On 04/09/2021, Marc Chantreux <mc@unistra.fr> wrote:
> hello,
>
>> :!sed s/abc/abc\n/g % | grep -c abc
>
> Note: in sed, "what i just matched" is noted &

Oh, that's good, thank you.

*Shoulda seenit on the man page -- butta dinnt.*

From sed(1):
> An ampersand ('&') appearing in the replacement is replaced by the string matching the regular expression.
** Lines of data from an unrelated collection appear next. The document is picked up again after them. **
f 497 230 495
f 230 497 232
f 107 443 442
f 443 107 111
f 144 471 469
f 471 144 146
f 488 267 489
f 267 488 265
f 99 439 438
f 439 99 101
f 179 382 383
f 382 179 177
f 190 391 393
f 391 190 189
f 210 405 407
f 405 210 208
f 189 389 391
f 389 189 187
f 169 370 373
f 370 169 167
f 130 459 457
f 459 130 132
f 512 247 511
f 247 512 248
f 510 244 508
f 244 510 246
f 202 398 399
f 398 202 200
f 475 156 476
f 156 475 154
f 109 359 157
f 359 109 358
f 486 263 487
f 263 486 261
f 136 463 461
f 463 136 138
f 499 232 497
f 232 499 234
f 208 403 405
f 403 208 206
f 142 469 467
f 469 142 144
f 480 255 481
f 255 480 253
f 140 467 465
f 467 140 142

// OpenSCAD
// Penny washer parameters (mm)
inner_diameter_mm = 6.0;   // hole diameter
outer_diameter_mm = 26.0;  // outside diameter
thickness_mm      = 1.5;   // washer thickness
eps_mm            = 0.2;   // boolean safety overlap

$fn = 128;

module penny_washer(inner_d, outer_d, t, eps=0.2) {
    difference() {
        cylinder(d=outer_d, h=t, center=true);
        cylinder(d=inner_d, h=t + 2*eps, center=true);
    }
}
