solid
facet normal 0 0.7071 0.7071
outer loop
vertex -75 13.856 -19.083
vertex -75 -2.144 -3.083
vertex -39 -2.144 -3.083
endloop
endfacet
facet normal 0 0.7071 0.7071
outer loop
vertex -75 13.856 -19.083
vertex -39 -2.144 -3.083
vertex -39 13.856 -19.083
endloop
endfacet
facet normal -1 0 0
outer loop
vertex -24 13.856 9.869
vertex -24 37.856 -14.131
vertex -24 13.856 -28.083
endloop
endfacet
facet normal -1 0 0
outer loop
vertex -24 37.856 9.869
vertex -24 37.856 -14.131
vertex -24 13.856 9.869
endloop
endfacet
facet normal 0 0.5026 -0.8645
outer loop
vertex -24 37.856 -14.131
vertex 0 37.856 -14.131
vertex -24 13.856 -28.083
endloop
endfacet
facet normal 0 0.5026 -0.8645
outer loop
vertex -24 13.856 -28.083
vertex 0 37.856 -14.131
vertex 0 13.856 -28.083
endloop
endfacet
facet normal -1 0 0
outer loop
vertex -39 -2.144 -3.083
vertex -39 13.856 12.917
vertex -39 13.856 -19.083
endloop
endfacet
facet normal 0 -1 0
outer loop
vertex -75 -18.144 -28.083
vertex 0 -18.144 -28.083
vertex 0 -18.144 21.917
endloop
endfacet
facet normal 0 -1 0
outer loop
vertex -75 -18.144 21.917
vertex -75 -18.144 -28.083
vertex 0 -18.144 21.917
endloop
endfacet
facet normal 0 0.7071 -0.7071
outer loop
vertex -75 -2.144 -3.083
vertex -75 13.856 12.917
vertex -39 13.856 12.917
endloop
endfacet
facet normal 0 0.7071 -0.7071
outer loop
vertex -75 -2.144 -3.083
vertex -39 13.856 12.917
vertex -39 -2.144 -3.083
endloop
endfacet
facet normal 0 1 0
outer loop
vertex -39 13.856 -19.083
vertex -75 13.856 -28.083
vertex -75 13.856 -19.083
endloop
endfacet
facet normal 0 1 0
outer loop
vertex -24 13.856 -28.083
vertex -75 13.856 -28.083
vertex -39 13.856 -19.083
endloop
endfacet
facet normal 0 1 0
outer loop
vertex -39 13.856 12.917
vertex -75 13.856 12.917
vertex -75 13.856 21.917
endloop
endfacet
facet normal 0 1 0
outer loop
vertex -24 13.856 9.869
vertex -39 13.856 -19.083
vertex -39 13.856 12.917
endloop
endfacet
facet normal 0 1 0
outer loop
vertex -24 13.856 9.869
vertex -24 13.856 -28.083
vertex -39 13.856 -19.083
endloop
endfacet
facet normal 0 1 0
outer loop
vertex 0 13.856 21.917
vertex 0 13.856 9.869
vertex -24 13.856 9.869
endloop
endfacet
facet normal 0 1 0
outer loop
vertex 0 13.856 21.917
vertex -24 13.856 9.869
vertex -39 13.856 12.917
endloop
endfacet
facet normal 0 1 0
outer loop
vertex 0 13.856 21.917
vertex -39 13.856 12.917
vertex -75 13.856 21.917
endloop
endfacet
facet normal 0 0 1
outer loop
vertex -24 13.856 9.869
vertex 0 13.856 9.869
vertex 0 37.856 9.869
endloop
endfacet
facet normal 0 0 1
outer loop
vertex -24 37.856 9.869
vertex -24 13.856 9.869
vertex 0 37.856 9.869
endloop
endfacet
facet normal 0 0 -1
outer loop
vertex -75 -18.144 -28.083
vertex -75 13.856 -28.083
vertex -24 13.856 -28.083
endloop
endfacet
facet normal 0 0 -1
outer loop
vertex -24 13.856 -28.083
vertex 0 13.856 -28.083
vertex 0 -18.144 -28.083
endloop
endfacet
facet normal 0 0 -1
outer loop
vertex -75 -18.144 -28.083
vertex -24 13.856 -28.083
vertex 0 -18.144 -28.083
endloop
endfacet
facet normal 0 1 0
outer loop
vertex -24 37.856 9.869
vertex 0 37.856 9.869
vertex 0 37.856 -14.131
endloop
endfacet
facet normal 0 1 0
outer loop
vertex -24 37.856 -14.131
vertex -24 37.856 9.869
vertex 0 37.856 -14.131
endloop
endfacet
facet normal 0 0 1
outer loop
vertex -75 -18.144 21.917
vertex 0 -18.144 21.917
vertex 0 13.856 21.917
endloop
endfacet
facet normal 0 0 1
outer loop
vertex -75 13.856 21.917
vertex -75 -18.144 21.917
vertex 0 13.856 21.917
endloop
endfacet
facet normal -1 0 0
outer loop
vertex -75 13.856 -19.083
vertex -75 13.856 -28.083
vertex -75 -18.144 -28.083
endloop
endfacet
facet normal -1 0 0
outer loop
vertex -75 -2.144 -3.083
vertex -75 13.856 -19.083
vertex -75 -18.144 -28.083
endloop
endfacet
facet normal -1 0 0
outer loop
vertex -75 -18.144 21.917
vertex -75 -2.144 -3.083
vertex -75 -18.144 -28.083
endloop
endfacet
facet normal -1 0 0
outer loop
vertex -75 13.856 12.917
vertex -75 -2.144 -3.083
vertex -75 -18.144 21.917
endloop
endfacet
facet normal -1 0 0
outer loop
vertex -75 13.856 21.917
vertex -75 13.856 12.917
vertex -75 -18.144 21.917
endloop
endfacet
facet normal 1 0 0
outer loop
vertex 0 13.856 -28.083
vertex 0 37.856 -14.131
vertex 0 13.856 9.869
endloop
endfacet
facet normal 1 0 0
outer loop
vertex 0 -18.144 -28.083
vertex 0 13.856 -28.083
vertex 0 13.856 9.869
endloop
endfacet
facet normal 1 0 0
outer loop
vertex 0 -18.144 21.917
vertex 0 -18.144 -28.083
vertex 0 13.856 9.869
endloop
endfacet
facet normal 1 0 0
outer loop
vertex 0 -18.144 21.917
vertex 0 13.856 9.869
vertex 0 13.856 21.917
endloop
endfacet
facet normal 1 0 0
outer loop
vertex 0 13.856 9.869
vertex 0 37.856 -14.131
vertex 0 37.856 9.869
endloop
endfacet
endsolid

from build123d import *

# Parameters (mm, degrees)
BOSS_EXTRUDE1_DEPTH = 75
CUT_EXTRUDE1_DEPTH  = 51
CUT_EXTRUDE2_DEPTH  = 36


with BuildPart() as part:
    # Sketch1 → Boss-Extrude1 (new body)
    with BuildSketch(Plane(origin=(0, 0, 0), x_dir=(0, 0, -1), z_dir=(1, 0, 0))):
        Polygon((-21.916783927, 13.855955679), (-9.869343833, 13.855955679), (28.083216073, 13.855955679), (28.083216073, -18.144044321), (-21.916783927, -18.144044321), align=None)
        Polygon((14.130656167, 37.855955679), (28.083216073, 13.855955679), (-9.869343833, 13.855955679), (-9.869343833, 37.855955679), align=None)
    extrude(amount=-BOSS_EXTRUDE1_DEPTH)

    # Sketch2 → Cut-Extrude1 (cut)
    with BuildSketch(Plane.ZY.offset(75)):
        Polygon((-28.083216073, 13.855955679), (9.869343833, 13.855955679), (9.869343833, 37.855955679), (-14.130656167, 37.855955679), align=None)
    extrude(amount=-CUT_EXTRUDE1_DEPTH, mode=Mode.SUBTRACT)

    # Sketch3 → Cut-Extrude2 (cut)
    with BuildSketch(Plane.ZY.offset(75)):
        Polygon((-19.083216073, 13.855955679), (12.916783927, 13.855955679), (-3.083216073, -2.144044321), align=None)
    extrude(amount=-CUT_EXTRUDE2_DEPTH, mode=Mode.SUBTRACT)


solid = part.part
>> Googled information suggests that the opposite of what's described in
>> the man page may be true: You CAN use a literal newline, but you
>> can't use \n.
>
> BSD sed is more litteral AFAIK so you need to escape a real 0x10 but
> both GNU and BSD support escaped newlines:
>
> sed 's/abc/&\
> /g'

So is this incorrect? <https://man.openbsd.org/sed#SED_REGULAR_EXPRESSIONS>:

> The escape sequence \n matches a newline character embedded in the pattern space. You can't, however, use a literal newline character in an address or in the substitute command.

> This doesn't help in vi so you can fake it for a moment using tr:
>
> sed 's/abc/&œ/g' | tr œ '\n'

Like I mentioned elsewhere, I'm *really* not a fan of the "let's
assume the input won't contain THIS" approach, and like I also
mentioned in another mail, I would prolly write a script absent
superior alternatives, so yeah, I agree:

> Another solution is to write commands for this kind of tasks:
>
> <<\. cat > ~/x
> #! /bin/ksh
>
> sed -r 's/a/&\
> /g'
> .

Wait, hold up, I'm not familiar with this input redirection idiom.
Could you explain? Why the double <, and why does it not work with a single <?
Also, could you explain the escaped period?[0] This is very hard to google.

> then from vi, :w !~/x

While we're at this, we should probably try and complete the script
(which also needs the chmod +x treatment), so this will make more
sense to all.
Like so:

#!/bin/sh
sed -E 's/'$1'/&\
/g' | grep -c $1

Then, from the shell:

$ <FILE count abc

Or from inside (n)vi:
(I named my script count and put it in ~/bin/, which is in my PATH.)

:!<% count abc

Or ":w !<% count abc", which is arguably better and just a tiny bit longer.
But there's no shame in ":!cat % | count abc" or ":!cat FILE | count
abc" either. The best invocation is the one you remember. *Now
KISS.*

An idea might be to use $@ instead of $1 in the script, but I haven't
really thought through the implications, and I'm not sure how to
reliably quote that after grep -c. If anyone wants to opine on that,
shoot; but I'll prolly leave this for now. $1 feels safer and more
KISS-compliant as well.

>> literal carriage return, not a literal newline (^J). That's the case
>> on Linux as well, and I don't know why.
>
> neither do i.
>
>> Your new subject line is slightly imprecise, as words are usually
>> whitespace-delimited, and I was "looking for a way to count
>> occurrences of
>> 'abc' in FILE". Not every substring is a word.
>
> right ... wasn't thinking that much to the name. sorry :)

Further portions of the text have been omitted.